Fundamentals: According to the most recent 10-q filed with the SEC (9/30/10), and with its equity raise in early 2010 of $24. 4 MM, the company has a strong balance sheet and relatively small cash burn and expects this to last through 2012. The company has 54 MM shares outstanding, and 60 MM fully diluted.
Conclusion and Future Directions: Overall, I believe Prolor’s higher risk obesity program offers significant potential upside in addition to its (relatively) lower risk hemophilia and growth hormone programs. More globally, I view the approach of greatly improving existing biologics by increasing their therapeutic life as an attractive niche and believe Prolor possesses a respectable competitive advantage in this area (as judged by the competition abandoning their extended release projects).
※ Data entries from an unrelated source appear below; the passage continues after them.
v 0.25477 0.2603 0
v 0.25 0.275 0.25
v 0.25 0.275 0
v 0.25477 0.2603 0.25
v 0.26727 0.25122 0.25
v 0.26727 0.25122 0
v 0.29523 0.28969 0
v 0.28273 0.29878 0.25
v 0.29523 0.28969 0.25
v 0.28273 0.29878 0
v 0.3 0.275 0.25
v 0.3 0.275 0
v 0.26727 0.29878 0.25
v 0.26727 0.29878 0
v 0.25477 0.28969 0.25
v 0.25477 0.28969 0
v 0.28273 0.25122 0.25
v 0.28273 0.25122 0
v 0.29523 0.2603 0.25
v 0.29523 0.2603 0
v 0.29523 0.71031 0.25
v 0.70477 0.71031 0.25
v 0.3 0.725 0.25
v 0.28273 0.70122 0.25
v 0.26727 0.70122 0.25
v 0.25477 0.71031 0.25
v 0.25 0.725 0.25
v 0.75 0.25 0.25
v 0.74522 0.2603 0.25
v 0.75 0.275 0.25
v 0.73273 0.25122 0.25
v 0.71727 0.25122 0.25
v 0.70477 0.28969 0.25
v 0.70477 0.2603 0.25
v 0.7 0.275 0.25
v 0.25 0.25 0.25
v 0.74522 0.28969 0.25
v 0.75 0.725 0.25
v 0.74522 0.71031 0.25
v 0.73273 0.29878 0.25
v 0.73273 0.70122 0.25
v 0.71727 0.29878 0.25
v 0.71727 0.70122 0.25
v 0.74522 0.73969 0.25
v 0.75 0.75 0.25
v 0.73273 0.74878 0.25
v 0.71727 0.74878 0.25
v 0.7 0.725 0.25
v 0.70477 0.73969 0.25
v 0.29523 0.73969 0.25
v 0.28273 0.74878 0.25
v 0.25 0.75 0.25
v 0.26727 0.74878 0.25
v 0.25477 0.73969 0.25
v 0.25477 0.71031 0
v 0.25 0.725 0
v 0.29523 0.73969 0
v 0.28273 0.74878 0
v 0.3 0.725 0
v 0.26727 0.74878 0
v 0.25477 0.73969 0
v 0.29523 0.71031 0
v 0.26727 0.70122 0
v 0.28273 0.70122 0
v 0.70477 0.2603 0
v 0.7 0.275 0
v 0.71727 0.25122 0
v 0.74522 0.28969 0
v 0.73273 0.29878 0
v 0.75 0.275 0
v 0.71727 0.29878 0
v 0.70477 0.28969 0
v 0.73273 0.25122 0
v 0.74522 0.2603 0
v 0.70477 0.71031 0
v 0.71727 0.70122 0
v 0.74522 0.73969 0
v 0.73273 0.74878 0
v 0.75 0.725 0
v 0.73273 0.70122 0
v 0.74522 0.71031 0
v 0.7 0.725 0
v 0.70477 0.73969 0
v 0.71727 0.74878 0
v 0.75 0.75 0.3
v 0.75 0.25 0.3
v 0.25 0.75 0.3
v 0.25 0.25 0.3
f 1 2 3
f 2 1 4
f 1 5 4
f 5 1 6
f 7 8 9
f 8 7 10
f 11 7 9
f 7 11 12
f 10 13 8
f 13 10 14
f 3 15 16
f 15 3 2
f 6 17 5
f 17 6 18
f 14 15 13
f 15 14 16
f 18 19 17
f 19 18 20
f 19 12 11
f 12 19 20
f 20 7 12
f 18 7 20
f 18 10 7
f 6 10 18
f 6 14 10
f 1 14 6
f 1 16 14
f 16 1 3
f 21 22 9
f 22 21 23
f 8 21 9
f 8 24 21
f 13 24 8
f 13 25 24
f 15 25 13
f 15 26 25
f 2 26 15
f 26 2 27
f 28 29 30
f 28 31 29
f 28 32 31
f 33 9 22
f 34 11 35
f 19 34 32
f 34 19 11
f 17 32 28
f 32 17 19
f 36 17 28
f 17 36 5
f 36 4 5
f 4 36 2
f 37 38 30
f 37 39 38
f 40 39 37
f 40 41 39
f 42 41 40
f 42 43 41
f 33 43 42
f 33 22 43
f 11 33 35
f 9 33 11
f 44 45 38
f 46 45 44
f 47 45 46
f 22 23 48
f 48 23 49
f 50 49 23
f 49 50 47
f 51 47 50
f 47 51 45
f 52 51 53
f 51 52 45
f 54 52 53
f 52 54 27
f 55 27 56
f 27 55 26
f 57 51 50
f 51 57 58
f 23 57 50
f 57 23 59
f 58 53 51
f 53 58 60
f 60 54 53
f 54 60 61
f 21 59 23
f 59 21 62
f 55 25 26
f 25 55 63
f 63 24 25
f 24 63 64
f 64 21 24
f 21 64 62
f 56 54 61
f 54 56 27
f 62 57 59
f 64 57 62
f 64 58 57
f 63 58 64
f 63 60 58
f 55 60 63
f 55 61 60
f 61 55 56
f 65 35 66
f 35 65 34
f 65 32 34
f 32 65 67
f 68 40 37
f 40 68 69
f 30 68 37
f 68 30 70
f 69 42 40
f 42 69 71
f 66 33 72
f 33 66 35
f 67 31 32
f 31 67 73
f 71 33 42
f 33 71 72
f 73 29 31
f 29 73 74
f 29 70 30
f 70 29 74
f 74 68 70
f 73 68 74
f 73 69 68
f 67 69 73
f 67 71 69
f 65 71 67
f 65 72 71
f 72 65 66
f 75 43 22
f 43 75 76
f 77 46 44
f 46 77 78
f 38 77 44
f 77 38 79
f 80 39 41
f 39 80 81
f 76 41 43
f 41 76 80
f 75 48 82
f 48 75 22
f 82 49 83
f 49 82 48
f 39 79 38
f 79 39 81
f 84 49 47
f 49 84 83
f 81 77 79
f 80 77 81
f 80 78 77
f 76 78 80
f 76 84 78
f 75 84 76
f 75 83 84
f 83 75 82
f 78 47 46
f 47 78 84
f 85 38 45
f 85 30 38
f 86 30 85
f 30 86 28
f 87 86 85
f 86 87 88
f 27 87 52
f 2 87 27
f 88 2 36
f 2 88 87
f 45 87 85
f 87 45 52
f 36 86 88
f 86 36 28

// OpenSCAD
translate([.25, .25, 0]) {
    
    translate([0,0,.25])
    cube([.5, 0.5, 0.05]);
        // Legs
    for(x=[0.025, 0.475])
    for(y=[0.025, 0.475])
    translate([x, y, 0])
    cylinder(0.25, r=0.025, $fn=10);

}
While questions remain to be answered concerning Prolor’s potential market share, the data suggest it could be significant given the large decreases in administration of hGH (and therefore, convenience) with what appears to be similar efficacy, especially in the potential pediatric indication. A strong marketing/distribution agreement might help in this regard. Over the long-term I believe that Prolor’s proprietary CTP system mitigates the high risk of drug development relative to completely novel formulations, given its improvements over the current technology and European approval of Merck’s Elonva.
Disclosure: I have no positions in any stocks mentioned, and no plans to initiate any positions within the next 72 hours.